# move over daddy.......



## smitty919 (Feb 16, 2007)

my little girl has been asking to build a plug i would say sure someday.
well after she ask for the 100th time i said fine come on.
i gave her a quick how to on the air brush and she said im ready daddy.
i was ready for a huge mess of paint all over so had the paper towels ready lol.
to make things harder she says i want to do the lines on the plug like you do "gills" ohhh boy ok give it a shot.
when i tell ya she did great i mean it take a look.
im proud of her like you cant believe .
this will be the go to plug in my bag.


----------



## cygnus-x1 (Oct 12, 2005)

Very nice !!!
May I ask how old she is? That is perty work!


----------



## smitty919 (Feb 16, 2007)

she will be 9 in a few days


----------



## sprtsracer (Apr 27, 2005)

NEVER underestimate your children! I think they are all smarter than me! Ain't kids grand??? Encourage them, bolster them, and help them. They are our future! Congratulations, Smitty, on raising a great daughter! One of the best moments in your life will be when SHE catches something on that lure that SHE made! Let her have at it!!!


----------



## fishinmama (Oct 14, 2006)

i am impressed--very impressed! WOW! a signed original -- maybe you better hold on to that lure - it may be worth something someday, just think if that is her very first effort, imagine what she might do!


----------



## smitty919 (Feb 16, 2007)

lol you guy are not helping me now she seems to think se is better than me.
i had to send her to bed just cant take it any more lol lol lol.

she is allready talking about her next one she wants to do hearts on it for mommy...


----------



## fishinmama (Oct 14, 2006)

sideways hearts as a scale pattern - i am liking the way this girl thinks!


----------



## smitty919 (Feb 16, 2007)

fishinmama said:


> sideways hearts as a scale pattern - i am liking the way this girl thinks!

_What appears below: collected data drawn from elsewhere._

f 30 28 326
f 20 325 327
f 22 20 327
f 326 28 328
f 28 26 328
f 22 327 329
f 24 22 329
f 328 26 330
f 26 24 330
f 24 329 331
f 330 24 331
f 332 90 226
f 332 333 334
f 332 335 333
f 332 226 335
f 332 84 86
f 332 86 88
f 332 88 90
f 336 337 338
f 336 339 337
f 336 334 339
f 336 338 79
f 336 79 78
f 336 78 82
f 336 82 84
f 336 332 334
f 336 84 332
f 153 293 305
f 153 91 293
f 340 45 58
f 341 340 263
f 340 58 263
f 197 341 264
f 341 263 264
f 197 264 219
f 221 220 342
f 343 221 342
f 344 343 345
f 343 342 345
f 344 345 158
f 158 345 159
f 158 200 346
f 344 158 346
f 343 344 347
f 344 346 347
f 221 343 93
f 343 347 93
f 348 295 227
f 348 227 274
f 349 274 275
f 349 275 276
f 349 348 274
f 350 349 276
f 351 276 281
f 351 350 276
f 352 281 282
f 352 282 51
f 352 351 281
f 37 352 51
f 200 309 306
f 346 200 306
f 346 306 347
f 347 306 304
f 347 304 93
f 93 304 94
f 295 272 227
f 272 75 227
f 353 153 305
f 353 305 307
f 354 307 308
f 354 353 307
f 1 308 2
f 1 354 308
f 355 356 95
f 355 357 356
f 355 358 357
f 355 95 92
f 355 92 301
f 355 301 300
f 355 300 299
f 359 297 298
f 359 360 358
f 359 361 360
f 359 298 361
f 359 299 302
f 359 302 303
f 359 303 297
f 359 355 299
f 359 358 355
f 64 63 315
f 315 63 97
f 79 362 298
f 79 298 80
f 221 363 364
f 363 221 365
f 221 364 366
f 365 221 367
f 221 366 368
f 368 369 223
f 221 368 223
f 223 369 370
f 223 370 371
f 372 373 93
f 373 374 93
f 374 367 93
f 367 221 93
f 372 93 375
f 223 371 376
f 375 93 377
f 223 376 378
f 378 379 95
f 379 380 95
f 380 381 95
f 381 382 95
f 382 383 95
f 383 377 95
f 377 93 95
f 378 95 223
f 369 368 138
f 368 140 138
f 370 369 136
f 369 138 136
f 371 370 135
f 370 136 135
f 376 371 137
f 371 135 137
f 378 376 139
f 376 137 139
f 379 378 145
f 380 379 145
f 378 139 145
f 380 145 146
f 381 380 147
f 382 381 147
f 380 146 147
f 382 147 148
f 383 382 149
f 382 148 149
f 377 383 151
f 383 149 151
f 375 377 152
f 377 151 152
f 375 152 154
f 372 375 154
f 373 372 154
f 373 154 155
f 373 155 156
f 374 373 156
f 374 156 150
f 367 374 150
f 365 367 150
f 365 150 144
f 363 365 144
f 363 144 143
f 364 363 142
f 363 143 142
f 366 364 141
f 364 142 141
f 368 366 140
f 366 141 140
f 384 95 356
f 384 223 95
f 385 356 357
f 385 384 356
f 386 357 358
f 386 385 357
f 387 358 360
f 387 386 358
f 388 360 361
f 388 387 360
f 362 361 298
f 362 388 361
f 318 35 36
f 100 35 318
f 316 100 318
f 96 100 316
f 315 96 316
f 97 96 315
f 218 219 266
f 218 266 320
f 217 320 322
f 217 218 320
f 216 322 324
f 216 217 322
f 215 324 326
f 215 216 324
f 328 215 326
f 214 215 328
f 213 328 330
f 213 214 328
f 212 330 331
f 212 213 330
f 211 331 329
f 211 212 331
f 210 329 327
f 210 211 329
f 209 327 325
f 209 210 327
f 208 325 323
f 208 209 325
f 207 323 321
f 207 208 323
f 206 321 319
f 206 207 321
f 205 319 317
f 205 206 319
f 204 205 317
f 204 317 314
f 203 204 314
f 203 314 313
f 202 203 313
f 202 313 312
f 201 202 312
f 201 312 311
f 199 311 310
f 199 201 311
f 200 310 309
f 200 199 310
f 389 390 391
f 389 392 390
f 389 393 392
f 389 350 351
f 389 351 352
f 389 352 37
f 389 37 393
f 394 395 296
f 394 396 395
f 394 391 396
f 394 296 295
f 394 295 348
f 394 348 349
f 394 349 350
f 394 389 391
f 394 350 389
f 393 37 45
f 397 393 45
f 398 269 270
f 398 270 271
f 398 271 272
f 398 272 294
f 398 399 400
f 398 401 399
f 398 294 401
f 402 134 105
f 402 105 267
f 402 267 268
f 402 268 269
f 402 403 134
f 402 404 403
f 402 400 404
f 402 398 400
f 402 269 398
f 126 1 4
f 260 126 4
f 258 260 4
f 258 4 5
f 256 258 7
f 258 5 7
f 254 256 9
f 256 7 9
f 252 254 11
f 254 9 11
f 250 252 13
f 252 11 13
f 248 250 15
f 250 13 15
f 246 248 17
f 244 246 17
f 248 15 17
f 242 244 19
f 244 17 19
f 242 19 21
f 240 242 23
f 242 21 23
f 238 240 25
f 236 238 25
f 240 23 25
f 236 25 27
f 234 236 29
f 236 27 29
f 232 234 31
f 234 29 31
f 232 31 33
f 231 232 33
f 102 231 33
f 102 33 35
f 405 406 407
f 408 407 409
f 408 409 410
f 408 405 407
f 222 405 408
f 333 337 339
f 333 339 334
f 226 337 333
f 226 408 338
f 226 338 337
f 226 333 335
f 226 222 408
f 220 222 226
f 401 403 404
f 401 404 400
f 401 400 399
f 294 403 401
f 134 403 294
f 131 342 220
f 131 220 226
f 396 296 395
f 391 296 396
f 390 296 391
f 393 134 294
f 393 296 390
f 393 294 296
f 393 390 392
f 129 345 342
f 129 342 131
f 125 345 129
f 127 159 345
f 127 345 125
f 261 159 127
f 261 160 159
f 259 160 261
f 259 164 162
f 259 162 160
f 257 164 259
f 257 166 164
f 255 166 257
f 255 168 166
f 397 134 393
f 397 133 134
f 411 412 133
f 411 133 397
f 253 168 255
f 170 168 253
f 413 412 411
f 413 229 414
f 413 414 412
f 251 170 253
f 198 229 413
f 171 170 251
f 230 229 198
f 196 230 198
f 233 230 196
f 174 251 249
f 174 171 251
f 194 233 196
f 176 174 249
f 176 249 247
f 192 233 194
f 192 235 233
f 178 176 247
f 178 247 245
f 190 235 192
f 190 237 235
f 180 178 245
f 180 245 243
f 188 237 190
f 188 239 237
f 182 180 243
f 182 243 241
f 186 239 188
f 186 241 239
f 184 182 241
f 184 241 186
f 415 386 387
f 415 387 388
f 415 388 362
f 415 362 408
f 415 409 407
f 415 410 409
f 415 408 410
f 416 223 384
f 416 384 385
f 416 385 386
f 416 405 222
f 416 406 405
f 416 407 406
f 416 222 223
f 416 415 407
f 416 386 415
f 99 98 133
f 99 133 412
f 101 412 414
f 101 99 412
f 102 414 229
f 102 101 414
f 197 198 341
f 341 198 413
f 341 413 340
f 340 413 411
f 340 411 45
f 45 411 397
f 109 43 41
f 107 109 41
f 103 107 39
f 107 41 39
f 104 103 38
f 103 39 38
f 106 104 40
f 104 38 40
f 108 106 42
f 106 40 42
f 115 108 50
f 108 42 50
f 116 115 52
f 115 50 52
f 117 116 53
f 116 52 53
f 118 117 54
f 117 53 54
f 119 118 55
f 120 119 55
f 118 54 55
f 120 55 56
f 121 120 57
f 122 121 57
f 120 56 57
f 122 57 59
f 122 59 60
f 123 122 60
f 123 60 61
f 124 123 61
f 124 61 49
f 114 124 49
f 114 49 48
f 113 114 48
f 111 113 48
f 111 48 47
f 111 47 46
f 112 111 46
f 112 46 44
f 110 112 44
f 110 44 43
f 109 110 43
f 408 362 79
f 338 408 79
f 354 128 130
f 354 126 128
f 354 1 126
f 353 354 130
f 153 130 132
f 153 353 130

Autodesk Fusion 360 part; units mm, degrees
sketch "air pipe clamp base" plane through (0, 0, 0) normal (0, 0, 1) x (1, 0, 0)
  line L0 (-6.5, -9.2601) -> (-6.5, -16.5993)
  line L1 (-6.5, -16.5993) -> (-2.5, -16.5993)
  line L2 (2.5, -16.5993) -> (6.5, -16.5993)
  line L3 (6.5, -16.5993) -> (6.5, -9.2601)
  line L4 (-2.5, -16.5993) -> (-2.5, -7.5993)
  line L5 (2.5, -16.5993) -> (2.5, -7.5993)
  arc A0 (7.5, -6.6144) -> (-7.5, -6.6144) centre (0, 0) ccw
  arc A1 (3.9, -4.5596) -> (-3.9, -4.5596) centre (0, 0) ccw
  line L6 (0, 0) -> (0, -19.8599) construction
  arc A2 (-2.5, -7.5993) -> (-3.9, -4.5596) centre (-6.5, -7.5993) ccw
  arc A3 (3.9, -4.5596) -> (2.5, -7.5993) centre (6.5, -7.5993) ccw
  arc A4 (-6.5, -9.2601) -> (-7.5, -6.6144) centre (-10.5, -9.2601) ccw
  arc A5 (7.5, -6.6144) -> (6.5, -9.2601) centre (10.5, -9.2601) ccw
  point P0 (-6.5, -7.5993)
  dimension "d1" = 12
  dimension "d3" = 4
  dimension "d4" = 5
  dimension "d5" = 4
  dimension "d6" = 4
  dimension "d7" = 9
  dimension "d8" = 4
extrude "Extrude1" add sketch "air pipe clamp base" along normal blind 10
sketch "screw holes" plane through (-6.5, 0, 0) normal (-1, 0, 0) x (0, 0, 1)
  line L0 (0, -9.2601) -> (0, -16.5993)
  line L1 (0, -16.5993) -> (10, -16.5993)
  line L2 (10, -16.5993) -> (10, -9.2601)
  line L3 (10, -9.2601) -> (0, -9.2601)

that does sound cool lolopcorn:


----------



## lil red jeep (Aug 17, 2007)

This may not help your situation, but may do her heart some good. If that "Alyssa" original is for sale, I'll take it! Terrific work!


----------



## Fishman (Apr 23, 2000)

Perty werk. Keep sending that artiste work on to t he net for all to see.


----------



## RuddeDogg (Mar 20, 2004)

HHHMMM...........Alyssa's A+ Lures........That's a great name for a new business. Great work!!!!!!


----------